Hi
I need help, I couldn't figure out the compression used for the Phantasy Star IV scripts
This is an example of the compression used
Compressed:
Are yo{FF},u a hunter?{/N}{EE}{FE}h{C0}{C7}{F3}{F7}to ex{E9}{87}{E1}mina{F9}{/n}t{EB} m{E3}"ons{EE}s?{FF}Thank{87}{F0}{D4}v{F0}y{E7}uch{7F}"!{/n}I feel{F3} sa{/n}d{F4}r now.{D4}{F8}JagaN{7C}{B3}{/n}fo{E7}{F2}ssi{80}g{B1}{E4}ce{DC}W{/n}{90}{DC}t's go{E0}g{E0}I{86}{F1}ppen{C0}LQ{94}{4F}{F8}Ib{CA}t{51}A{F7}{79}{72}{B3}o,{6E}{FF}{/n}b 7e{A4}{D0}{C6}A {C7}a{9F}{B8}{F3}{C3}{F0}{4E}b{9B}em{B7}t.{/N}C{7C}I'm{6B}{E1}frigh.%{CE}ned{C3}{50}c{78}f{CC}'t{/n}e{3C}
{D2}{80}b{CD}{5A}a{9D}mF{C0}tre{C7}{B9}pCF{FF}Oh{D6}{51}'{DB}{F8}{90}{D1}omple{C2}dO{A2}{A4}jobLi{F8}I
{A3}{82}a{F9}{F3}P{F8}O{8D}P{/n}r{/n}O{F8}
The uncompressed text from the ram:
Are you a hunter?{/N}Are you here to exterminate{/n}the monsters?{FF}Thank you very much!{/n}I feel much safer now.{FF}Thank you again{/n}for you assistance.{FF}What's going to happen now?{FF}{FA}{DA}C{FA}zB{FA}KAAbout a month ago, monsters{/n}began to appear in the basement.{/N}I'm so frightened, I can't{/n}even think about my research!{FF}Oh, you've completed the job!{/n}Thank you so much!{FF}Thank you again for your{/n}assistance.{FF}What's going to happen now?{FF}{FA}{DA}D{FA}zC{FA}KB{FA}HAYou're the hunter commissioned{/n}by the principal?{/N}A kid like you?!{/N}Are you going to be able to{/n}handle it?{FF}Wow, hey gorgeous!{/N}
I have got the above result after building a table, I have used /n to refer to new ling code, and /N to new message box code.
I have figured out that some of the codes refer to the previous characters, the first {EE}{FE} refers to "Are you " like that
FF-EE=11 -> decimal 17, if you return back 17 characters from the uncompressed text you will find it.
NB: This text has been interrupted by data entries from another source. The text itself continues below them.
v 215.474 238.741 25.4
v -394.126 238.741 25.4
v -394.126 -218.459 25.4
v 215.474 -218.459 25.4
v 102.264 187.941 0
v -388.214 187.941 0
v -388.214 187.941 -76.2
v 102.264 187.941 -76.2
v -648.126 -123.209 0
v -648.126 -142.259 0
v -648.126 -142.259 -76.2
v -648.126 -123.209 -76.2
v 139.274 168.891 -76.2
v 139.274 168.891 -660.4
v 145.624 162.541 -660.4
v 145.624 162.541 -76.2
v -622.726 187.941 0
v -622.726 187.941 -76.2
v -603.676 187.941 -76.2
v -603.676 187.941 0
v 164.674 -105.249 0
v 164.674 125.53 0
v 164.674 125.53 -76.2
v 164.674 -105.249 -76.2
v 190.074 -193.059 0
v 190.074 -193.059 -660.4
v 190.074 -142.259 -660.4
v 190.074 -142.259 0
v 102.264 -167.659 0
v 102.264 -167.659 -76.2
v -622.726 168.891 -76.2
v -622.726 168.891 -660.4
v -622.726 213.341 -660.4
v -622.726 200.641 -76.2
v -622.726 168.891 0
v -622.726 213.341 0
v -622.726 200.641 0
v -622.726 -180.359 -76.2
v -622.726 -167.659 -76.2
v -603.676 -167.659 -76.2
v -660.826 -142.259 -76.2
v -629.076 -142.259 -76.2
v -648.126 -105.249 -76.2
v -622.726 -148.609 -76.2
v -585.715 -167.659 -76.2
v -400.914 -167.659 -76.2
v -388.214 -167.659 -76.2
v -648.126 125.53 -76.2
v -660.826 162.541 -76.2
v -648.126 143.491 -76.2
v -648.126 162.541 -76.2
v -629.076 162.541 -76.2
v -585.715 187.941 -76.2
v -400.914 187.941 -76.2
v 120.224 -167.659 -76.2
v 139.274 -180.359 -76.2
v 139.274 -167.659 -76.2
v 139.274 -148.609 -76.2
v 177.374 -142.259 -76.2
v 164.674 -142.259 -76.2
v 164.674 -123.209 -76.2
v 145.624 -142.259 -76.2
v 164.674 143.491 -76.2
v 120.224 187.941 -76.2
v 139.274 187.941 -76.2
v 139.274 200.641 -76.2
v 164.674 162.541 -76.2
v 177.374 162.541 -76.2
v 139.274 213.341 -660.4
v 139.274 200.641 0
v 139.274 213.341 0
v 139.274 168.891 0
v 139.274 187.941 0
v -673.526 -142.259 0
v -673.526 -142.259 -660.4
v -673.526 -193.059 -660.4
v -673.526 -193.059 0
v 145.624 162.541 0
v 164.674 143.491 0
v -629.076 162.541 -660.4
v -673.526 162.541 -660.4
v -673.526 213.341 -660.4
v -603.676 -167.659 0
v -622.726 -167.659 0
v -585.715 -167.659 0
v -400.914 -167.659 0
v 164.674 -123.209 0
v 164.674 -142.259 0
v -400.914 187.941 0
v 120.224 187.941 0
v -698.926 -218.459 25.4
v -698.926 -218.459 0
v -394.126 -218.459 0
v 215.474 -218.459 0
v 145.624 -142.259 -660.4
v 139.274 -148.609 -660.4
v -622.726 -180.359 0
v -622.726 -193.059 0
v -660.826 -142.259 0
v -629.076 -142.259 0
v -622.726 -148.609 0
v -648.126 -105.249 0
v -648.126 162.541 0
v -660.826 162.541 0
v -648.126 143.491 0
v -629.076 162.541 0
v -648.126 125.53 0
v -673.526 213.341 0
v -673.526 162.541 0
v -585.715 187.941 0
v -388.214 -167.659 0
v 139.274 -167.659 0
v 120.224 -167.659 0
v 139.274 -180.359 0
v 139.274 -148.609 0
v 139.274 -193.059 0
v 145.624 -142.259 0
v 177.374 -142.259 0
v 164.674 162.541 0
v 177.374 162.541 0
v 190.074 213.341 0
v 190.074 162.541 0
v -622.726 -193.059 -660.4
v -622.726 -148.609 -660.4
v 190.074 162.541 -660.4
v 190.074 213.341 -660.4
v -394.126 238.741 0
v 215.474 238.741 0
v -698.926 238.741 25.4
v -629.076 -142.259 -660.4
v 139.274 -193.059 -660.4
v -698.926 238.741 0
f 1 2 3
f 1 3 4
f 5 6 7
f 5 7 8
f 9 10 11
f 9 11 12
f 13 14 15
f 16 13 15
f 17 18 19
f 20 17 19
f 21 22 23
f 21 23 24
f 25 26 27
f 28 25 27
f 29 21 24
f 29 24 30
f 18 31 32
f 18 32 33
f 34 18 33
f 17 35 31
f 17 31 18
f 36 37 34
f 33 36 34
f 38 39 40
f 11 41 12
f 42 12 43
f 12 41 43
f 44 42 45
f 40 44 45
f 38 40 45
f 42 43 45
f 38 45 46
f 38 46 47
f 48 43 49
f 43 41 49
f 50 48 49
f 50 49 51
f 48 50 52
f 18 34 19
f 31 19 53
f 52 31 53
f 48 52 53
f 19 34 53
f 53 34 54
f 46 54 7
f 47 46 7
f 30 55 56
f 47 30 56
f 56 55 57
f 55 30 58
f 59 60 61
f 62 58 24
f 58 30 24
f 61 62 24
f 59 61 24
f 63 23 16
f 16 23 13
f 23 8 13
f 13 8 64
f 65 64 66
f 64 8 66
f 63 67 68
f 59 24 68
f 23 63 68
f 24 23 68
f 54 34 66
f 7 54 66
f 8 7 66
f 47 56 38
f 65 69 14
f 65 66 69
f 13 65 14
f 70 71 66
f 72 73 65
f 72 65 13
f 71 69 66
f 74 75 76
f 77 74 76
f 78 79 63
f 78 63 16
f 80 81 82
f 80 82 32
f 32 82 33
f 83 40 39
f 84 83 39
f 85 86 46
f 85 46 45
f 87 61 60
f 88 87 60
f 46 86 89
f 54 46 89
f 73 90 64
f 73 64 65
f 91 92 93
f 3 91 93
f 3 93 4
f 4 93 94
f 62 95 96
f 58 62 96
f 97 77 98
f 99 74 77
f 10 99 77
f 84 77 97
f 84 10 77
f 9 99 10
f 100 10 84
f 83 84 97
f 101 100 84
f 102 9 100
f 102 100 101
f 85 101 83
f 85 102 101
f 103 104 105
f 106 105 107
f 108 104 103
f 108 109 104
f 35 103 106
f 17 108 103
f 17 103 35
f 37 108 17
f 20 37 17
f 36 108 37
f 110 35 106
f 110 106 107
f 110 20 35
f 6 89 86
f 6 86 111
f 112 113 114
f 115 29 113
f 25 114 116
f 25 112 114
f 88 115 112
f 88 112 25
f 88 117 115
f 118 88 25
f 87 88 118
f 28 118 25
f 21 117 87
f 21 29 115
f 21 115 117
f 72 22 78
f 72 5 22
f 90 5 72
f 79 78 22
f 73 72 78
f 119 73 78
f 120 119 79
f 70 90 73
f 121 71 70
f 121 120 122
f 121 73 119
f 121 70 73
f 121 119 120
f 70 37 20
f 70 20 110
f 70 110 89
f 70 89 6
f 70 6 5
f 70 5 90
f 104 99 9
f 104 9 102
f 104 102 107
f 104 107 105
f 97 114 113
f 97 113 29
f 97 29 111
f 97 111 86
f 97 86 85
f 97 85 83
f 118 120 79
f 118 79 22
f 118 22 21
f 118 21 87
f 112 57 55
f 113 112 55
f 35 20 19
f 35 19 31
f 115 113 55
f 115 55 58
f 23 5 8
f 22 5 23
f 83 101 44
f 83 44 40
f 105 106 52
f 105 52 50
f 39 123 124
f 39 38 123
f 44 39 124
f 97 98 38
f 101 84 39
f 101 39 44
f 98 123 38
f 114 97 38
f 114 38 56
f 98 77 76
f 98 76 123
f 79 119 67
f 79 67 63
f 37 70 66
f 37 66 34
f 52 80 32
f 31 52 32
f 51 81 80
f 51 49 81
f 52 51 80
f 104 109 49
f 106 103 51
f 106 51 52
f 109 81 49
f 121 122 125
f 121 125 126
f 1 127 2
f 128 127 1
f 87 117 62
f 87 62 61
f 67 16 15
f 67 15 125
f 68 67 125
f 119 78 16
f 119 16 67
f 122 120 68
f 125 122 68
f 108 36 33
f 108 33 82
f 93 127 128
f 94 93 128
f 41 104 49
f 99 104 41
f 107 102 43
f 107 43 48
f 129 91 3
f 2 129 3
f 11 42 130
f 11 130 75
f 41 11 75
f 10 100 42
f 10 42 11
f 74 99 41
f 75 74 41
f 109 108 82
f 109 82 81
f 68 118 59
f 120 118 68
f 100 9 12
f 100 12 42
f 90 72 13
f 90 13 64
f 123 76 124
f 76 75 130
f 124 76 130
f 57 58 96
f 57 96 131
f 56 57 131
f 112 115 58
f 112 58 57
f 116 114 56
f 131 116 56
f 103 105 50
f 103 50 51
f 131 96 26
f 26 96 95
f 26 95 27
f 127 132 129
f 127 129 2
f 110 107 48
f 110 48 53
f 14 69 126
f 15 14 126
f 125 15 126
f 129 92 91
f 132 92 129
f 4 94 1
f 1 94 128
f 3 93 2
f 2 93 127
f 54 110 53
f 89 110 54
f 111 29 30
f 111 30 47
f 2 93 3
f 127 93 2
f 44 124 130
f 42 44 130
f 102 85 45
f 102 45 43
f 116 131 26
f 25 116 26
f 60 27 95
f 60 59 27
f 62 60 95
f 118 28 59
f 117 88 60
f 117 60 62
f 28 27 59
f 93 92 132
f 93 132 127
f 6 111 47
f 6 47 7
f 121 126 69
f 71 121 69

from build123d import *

# Parameters (mm, degrees)
F0_W     = 609.6
F0_H     = 457.2
F1_DEPTH = 25.4
F0_W_2   = 304.8
F2_DEPTH = 25.4
F3_W     = 6.7882202148
F3_H     = 355.6
F3_W_2   = 5.9117797852
F4_DEPTH = 76.2
F5_DEPTH = 660.4


with BuildPart() as f1:
    # F0 (on Top) → F1 (new body)
    with BuildSketch(Plane.XY):
        with Locations((-89.3258527756, 10.1408557653)):
            Rectangle(F0_W, F0_H)
    extrude(amount=F1_DEPTH)


with BuildPart() as f2:
    # F0 (on Top) → F2 (new body)
    with BuildSketch(Plane.XY):
        with Locations((-546.5258527756, 10.1408557653)):
            Rectangle(F0_W_2, F0_H)
    extrude(amount=F2_DEPTH)


with BuildPart() as f4:
    # F3 (on face) → F4 (new body)
    with BuildSketch(Plane.XY):
        Polygon((-394.1258527756, -167.6591442347), (-394.1258527756, -180.3591442347), (139.2741472244, -180.3591442347), (139.2741472244, -167.6591442347), (120.2241472244, -167.6591442347), (102.2636349823, -167.6591442347), (-241.7258527756, -167.6591442347), (-388.2140729904, -167.6591442347), align=None)
        Polygon((-622.7258527756, -167.6591442347), (-622.7258527756, -180.3591442347), (-394.1258527756, -180.3591442347), (-394.1258527756, -167.6591442347), (-400.9140729904, -167.6591442347), (-585.7153405334, -167.6591442347), (-603.6758527756, -167.6591442347), align=None)
        Polygon((-622.7258527756, -142.2591442347), (-622.7258527756, -148.6091442347), (-603.6758527756, -167.6591442347), (-585.7153405334, -167.6591442347), (-648.1258527756, -105.2486319925), (-648.1258527756, -123.2091442347), (-629.0758527756, -142.2591442347), align=None)
        Polygon((-660.8258527756, 162.5408557653), (-660.8258527756, -142.2591442347), (-648.1258527756, -142.2591442347), (-648.1258527756, -123.2091442347), (-648.1258527756, -105.2486319925), (-648.1258527756, 125.5303435232), (-648.1258527756, 143.4908557653), (-648.1258527756, 162.5408557653), align=None)
        Polygon((-622.7258527756, 162.5408557653), (-629.0758527756, 162.5408557653), (-648.1258527756, 143.4908557653), (-648.1258527756, 125.5303435232), (-585.7153405334, 187.9408557653), (-603.6758527756, 187.9408557653), (-622.7258527756, 168.8908557653), align=None)
        Polygon((-400.9140729904, 187.9408557653), (-394.1258527756, 187.9408557653), (-394.1258527756, 200.6408557653), (-622.7258527756, 200.6408557653), (-622.7258527756, 187.9408557653), (-603.6758527756, 187.9408557653), (-585.7153405334, 187.9408557653), align=None)
        Polygon((-394.1258527756, 200.6408557653), (-394.1258527756, 187.9408557653), (-388.2140729904, 187.9408557653), (102.2636349823, 187.9408557653), (120.2241472244, 187.9408557653), (139.2741472244, 187.9408557653), (139.2741472244, 200.6408557653), align=None)
        Polygon((120.2241472244, 187.9408557653), (102.2636349823, 187.9408557653), (164.6741472244, 125.5303435232), (164.6741472244, 143.4908557653), (145.6241472244, 162.5408557653), (139.2741472244, 162.5408557653), (139.2741472244, 168.8908557653), align=None)
        Polygon((164.6741472244, -142.2591442347), (177.3741472244, -142.2591442347), (177.3741472244, 162.5408557653), (164.6741472244, 162.5408557653), (164.6741472244, 143.4908557653), (164.6741472244, 125.5303435232), (164.6741472244, -105.2486319925), (164.6741472244, -123.2091442347), align=None)
        Polygon((-629.0758527756, -142.2591442347), (-622.7258527756, -148.6091442347), (-622.7258527756, -142.2591442347), align=None)
        Polygon((-622.7258527756, 168.8908557653), (-629.0758527756, 162.5408557653), (-622.7258527756, 162.5408557653), align=None)
        Polygon((145.6241472244, 162.5408557653), (139.2741472244, 168.8908557653), (139.2741472244, 162.5408557653), align=None)
        Polygon((139.2741472244, -142.2591442347), (139.2741472244, -148.6091442347), (145.6241472244, -142.2591442347), align=None)
        Polygon((120.2241472244, -167.6591442347), (139.2741472244, -148.6091442347), (139.2741472244, -142.2591442347), (145.6241472244, -142.2591442347), (164.6741472244, -123.2091442347), (164.6741472244, -105.2486319925), (102.2636349823, -167.6591442347), align=None)
        with Locations((-397.519962883, 10.1408557653)):
            Rectangle(F3_W, F3_H)
        with Locations((-391.169962883, 10.1408557653)):
            Rectangle(F3_W_2, F3_H)
    extrude(amount=-F4_DEPTH)

    # F3 (on face) → F5 (join)
    with BuildSketch(Plane.XY):
        Polygon((139.2741472244, 213.3408557653), (139.2741472244, 200.6408557653), (139.2741472244, 187.9408557653), (139.2741472244, 168.8908557653), (145.6241472244, 162.5408557653), (164.6741472244, 162.5408557653), (177.3741472244, 162.5408557653), (190.0741472244, 162.5408557653), (190.0741472244, 213.3408557653), align=None)
        Polygon((139.2741472244, -167.6591442347), (139.2741472244, -180.3591442347), (139.2741472244, -193.0591442347), (190.0741472244, -193.0591442347), (190.0741472244, -142.2591442347), (177.3741472244, -142.2591442347), (164.6741472244, -142.2591442347), (145.6241472244, -142.2591442347), (139.2741472244, -148.6091442347), align=None)
        Polygon((-673.5258527756, 162.5408557653), (-660.8258527756, 162.5408557653), (-648.1258527756, 162.5408557653), (-629.0758527756, 162.5408557653), (-622.7258527756, 168.8908557653), (-622.7258527756, 187.9408557653), (-622.7258527756, 200.6408557653), (-622.7258527756, 213.3408557653), (-673.5258527756, 213.3408557653), align=None)
        Polygon((-673.5258527756, -142.2591442347), (-673.5258527756, -193.0591442347), (-622.7258527756, -193.0591442347), (-622.7258527756, -180.3591442347), (-622.7258527756, -167.6591442347), (-622.7258527756, -148.6091442347), (-629.0758527756, -142.2591442347), (-648.1258527756, -142.2591442347), (-660.8258527756, -142.2591442347), align=None)
    extrude(amount=-F5_DEPTH)


solid = Compound([f1.part, f2.part, f4.part])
and I have also found that by changing the last hex from {FE} the number of bytes will change like below
If I change it to {F9} it will bring only 3 characters "Are", and if I change it to {FF} it will bring 9 characters "Are you a" that means it uses 3bits for the length
from the above I knew it is some sort of LZSS compression, but there are other codes I couldn't find any meaning for them like the "{FF}," that comes at the beginning of the compressed text
I don't know how could I make reverse engineering and analyze the code responsible for the decompression, so I just try to compare the code with the known compression types.